Initialize the SGD-optimizer. We will be adding a new feature to our update method, known as ["momentum"](https://en.wikipedia.org/wiki/Stochastic_gradient_descent#Momentum). The following is a sensible configuration for the optimizer:

```python
SGD(<your model parameters>, learning_rate=0.01, momentum=0.9, weight_decay=5e-04)
```

In [None]:
# Import SGD and initialize it as described above
# Also initialize your model
# STUDENT CODE HERE

In [None]:
plotter, fig, ax = create_plot(["loss", "accuracy"])

Using a batch-size of 100, train your convolutional neural network. Try running through 3 epochs of your data - this may take a while.
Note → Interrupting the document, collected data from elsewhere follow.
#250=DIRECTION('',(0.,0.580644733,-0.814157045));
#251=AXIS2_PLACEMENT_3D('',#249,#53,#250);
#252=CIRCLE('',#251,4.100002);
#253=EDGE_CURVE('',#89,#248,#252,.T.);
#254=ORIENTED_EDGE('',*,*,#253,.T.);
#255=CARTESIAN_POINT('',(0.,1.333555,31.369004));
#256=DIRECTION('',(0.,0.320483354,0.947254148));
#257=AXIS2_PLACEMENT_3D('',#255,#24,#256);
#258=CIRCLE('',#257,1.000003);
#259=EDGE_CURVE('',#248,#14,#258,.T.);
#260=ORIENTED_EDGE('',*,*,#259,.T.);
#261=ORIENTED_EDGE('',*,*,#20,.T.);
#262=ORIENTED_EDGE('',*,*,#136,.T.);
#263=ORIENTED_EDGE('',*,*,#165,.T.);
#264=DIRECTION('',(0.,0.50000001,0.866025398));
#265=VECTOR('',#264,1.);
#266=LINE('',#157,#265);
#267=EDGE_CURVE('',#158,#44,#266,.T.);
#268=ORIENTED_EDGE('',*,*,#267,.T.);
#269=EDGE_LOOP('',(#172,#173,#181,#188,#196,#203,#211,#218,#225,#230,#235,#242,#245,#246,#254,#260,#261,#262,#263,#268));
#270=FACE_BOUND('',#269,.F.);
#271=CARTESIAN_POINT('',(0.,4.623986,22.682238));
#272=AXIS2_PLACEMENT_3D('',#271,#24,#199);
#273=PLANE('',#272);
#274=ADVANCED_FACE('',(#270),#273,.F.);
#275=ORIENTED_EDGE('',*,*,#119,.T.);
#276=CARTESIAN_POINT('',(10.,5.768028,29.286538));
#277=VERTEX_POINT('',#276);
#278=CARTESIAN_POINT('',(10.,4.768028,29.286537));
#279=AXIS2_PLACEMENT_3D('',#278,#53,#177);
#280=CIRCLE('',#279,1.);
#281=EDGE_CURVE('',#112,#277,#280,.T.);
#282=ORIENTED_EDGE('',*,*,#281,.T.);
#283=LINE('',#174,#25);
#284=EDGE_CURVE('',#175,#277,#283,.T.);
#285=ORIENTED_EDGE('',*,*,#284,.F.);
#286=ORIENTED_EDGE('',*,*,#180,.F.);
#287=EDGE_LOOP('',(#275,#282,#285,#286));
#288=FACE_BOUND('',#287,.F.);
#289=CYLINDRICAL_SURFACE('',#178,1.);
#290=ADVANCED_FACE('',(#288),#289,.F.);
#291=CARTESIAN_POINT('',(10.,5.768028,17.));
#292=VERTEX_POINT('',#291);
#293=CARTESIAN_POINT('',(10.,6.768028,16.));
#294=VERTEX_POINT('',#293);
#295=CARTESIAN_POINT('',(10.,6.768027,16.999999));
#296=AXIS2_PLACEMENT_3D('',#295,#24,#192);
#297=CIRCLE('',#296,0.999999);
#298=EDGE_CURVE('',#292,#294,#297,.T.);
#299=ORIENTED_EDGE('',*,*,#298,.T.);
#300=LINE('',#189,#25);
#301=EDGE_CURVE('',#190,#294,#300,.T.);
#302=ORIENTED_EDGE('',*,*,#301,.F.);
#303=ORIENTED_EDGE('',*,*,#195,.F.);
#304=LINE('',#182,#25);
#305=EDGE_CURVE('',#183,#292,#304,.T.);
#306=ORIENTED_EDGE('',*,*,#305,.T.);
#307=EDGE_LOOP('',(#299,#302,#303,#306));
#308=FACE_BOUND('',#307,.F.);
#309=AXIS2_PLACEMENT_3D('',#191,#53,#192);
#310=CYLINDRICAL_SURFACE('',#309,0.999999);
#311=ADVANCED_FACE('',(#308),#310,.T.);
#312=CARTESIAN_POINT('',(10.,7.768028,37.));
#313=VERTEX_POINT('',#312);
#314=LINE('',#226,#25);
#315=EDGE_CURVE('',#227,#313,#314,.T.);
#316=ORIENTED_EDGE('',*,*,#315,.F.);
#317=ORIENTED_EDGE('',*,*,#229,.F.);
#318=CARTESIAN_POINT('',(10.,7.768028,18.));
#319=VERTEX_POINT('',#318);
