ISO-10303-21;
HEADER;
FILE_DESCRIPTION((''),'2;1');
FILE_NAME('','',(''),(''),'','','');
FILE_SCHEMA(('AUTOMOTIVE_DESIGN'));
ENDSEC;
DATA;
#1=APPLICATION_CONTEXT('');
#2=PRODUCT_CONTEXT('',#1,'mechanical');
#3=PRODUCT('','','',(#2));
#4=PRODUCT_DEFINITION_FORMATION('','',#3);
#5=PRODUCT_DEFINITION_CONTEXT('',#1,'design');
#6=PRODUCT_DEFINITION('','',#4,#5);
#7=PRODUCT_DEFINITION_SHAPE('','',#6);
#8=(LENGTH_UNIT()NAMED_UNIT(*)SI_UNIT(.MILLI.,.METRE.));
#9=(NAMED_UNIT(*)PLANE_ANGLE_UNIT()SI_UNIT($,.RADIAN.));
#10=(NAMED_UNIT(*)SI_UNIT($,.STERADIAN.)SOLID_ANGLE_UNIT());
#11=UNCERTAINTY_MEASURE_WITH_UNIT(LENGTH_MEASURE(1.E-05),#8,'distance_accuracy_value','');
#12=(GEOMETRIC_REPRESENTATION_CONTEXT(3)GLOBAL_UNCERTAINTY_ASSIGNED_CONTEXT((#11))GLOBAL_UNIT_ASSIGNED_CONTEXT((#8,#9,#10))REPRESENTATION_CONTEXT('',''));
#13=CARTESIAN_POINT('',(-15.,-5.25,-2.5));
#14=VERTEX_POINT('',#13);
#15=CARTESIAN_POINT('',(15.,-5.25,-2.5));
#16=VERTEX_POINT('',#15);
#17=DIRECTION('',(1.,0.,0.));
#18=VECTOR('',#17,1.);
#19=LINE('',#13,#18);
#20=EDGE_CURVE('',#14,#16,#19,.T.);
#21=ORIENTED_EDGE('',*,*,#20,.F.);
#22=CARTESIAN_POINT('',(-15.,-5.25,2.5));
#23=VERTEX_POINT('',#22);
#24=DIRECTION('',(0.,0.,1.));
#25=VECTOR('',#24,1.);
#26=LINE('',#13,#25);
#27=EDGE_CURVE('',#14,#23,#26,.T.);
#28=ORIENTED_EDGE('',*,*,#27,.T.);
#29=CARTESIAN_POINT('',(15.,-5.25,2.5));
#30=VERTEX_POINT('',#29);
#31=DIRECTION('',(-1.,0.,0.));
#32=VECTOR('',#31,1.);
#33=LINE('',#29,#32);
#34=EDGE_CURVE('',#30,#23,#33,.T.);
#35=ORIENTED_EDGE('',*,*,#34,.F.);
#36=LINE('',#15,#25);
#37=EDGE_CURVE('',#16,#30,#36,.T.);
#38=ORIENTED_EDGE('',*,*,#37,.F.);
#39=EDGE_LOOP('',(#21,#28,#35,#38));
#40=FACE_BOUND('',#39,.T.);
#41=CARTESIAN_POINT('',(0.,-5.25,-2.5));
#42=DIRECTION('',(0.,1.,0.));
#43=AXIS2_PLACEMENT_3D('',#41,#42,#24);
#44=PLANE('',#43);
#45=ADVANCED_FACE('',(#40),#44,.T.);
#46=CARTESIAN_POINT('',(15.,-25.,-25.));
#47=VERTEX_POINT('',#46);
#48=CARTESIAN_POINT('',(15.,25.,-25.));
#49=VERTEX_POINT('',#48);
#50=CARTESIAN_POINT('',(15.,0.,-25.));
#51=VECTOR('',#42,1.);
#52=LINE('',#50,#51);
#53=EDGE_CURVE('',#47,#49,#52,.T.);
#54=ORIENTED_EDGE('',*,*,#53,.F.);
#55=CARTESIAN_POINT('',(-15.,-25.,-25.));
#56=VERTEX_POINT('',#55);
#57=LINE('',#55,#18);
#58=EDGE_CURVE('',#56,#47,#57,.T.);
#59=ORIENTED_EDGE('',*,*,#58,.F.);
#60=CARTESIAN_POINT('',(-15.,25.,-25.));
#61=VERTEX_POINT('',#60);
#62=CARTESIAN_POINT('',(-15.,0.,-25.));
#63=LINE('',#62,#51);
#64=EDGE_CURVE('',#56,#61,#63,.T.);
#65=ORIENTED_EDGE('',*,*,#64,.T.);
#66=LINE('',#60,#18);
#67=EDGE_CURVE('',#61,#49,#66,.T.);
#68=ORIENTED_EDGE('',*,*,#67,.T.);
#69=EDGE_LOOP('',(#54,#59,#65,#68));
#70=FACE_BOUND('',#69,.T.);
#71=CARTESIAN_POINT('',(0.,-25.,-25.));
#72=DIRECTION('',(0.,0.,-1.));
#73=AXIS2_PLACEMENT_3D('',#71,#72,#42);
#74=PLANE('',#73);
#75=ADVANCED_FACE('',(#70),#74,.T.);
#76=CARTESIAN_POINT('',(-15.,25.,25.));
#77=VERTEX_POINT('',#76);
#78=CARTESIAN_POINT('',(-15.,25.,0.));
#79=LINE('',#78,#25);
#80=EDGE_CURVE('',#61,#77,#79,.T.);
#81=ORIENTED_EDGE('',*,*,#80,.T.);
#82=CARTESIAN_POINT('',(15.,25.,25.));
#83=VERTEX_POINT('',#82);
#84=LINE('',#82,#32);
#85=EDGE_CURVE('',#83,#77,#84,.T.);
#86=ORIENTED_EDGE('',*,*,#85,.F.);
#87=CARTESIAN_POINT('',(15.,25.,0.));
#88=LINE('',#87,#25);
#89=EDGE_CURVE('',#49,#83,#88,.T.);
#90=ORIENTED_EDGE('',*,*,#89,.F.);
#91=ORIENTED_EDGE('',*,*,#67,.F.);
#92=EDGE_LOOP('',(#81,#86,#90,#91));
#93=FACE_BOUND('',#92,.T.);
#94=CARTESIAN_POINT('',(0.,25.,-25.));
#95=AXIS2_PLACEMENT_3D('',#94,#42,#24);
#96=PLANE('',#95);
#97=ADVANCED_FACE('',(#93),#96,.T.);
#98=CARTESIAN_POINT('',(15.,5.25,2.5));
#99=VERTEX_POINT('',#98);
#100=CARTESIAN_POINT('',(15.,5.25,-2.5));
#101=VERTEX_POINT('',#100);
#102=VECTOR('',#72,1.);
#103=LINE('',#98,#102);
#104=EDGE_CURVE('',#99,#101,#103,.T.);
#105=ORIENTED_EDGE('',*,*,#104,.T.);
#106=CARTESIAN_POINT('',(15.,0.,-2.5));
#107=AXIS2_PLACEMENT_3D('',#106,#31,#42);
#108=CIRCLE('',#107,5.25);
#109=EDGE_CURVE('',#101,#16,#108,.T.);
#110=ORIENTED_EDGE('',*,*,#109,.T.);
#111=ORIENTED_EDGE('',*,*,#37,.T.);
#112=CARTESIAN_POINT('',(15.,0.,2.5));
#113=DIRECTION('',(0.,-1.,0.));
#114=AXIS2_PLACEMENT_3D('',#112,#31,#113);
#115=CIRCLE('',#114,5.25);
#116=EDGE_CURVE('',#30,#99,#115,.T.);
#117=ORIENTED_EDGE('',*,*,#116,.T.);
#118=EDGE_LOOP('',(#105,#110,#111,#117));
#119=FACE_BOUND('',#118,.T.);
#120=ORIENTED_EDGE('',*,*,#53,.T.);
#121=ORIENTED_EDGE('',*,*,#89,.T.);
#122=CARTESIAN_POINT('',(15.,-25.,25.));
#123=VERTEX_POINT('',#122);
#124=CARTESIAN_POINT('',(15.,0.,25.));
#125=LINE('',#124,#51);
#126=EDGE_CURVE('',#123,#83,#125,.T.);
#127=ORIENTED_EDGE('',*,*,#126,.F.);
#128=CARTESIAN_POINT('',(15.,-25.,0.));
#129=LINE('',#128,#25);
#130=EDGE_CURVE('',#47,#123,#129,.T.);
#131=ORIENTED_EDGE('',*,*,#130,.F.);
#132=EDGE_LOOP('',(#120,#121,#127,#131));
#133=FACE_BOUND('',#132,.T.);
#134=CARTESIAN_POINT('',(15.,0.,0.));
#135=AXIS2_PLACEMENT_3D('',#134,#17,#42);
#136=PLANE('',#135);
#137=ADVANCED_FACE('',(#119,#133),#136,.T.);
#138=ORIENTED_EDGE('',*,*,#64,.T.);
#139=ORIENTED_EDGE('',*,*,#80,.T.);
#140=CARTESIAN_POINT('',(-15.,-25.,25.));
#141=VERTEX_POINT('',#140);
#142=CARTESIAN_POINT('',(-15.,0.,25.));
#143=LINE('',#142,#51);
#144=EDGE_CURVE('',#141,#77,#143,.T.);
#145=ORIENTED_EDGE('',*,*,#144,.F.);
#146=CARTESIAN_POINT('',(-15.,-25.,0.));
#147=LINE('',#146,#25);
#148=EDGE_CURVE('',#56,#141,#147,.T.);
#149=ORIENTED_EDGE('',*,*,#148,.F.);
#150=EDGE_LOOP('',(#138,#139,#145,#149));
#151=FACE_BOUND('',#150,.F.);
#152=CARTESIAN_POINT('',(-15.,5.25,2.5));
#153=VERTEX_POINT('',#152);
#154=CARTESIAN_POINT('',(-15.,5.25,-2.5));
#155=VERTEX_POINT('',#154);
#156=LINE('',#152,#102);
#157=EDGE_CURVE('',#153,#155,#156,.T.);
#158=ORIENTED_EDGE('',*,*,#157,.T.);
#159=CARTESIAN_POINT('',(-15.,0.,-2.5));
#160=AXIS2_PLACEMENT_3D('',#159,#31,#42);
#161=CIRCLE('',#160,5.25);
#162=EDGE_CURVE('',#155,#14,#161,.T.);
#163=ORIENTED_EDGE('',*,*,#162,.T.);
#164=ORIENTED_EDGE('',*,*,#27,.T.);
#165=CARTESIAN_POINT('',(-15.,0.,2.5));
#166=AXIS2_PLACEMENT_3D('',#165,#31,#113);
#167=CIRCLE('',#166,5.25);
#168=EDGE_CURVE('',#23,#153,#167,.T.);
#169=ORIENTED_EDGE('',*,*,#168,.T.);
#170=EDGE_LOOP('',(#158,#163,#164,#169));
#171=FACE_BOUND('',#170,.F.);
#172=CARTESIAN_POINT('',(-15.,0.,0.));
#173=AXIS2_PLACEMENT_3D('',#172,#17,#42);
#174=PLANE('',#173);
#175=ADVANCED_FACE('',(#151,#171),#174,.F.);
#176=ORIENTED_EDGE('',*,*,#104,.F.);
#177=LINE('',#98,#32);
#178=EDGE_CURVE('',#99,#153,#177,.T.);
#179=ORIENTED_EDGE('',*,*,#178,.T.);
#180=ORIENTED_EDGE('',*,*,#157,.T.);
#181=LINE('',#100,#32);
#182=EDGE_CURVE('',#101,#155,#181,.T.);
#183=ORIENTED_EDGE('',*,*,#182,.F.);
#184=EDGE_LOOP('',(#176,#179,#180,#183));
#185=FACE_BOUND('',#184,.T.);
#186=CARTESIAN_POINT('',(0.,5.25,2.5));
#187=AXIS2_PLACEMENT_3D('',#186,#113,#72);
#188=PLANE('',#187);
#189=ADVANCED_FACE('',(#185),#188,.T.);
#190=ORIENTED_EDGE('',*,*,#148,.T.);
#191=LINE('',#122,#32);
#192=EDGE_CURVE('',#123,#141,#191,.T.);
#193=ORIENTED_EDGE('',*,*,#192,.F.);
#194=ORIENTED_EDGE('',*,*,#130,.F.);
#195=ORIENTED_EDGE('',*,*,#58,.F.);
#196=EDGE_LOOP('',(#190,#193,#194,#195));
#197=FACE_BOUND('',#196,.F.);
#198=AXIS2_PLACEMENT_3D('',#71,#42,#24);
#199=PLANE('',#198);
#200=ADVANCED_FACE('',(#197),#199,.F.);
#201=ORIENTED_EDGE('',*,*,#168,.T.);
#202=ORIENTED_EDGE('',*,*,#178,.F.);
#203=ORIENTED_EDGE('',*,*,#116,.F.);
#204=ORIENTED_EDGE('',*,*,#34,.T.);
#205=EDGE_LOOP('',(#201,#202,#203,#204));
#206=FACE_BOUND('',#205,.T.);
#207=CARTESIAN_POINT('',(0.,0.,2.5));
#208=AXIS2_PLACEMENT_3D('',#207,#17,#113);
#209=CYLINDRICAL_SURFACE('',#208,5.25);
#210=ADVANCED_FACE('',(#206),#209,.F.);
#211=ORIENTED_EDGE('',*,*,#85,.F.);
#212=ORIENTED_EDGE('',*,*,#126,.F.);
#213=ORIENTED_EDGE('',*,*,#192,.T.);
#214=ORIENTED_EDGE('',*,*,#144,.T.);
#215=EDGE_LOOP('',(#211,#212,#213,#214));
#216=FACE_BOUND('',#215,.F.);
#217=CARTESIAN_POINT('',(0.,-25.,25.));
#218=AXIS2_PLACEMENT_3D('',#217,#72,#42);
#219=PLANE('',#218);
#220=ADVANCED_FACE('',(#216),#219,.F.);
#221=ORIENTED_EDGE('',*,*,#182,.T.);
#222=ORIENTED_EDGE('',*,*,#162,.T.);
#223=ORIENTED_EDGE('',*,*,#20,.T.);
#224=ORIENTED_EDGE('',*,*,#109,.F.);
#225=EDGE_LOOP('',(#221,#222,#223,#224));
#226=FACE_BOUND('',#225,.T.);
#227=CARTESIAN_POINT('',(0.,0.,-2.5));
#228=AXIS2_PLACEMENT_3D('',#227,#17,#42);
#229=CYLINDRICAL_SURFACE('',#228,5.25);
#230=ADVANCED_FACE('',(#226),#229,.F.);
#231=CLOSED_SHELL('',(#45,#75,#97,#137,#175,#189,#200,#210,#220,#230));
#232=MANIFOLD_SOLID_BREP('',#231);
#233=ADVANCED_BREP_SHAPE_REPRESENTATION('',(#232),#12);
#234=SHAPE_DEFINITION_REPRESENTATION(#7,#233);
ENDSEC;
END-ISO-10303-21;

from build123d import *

# Parameters (mm, degrees)
F0_W     = 50
F0_H     = 50
F1_DEPTH = 15


with BuildPart() as f1:
    # F0 (on Right) → F1 (new body, symmetric)
    with BuildSketch(Plane.YZ):
        Rectangle(F0_W, F0_H)
        with BuildLine():
            Line((-5.25, -2.5), (-5.25, 2.5))
            ThreePointArc((-5.25, 2.5), (0, 7.75), (5.25, 2.5))
            Line((5.25, 2.5), (5.25, -2.5))
            ThreePointArc((5.25, -2.5), (0, -7.75), (-5.25, -2.5))
        make_face(mode=Mode.SUBTRACT)
    extrude(amount=F1_DEPTH, both=True)


solid = f1.part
Plot training-loss and training accuracy, via noggin, for each batch. After each epoch, measure the *test* accuracy of your model on the entire test set - do not perform backprop for this stage. You should find that your network gets excellent performance.

Reference the cifar-10 (solution) notebook for guidance on this.

In [None]:
# STUDENT CODE HERE

Referencing the matplotlib code at the top of the notebook, visualize some images and check your model's predictions for them.

Also, use your model and the truth data to find images that the model *fails* to get right - plot some of these fail cases.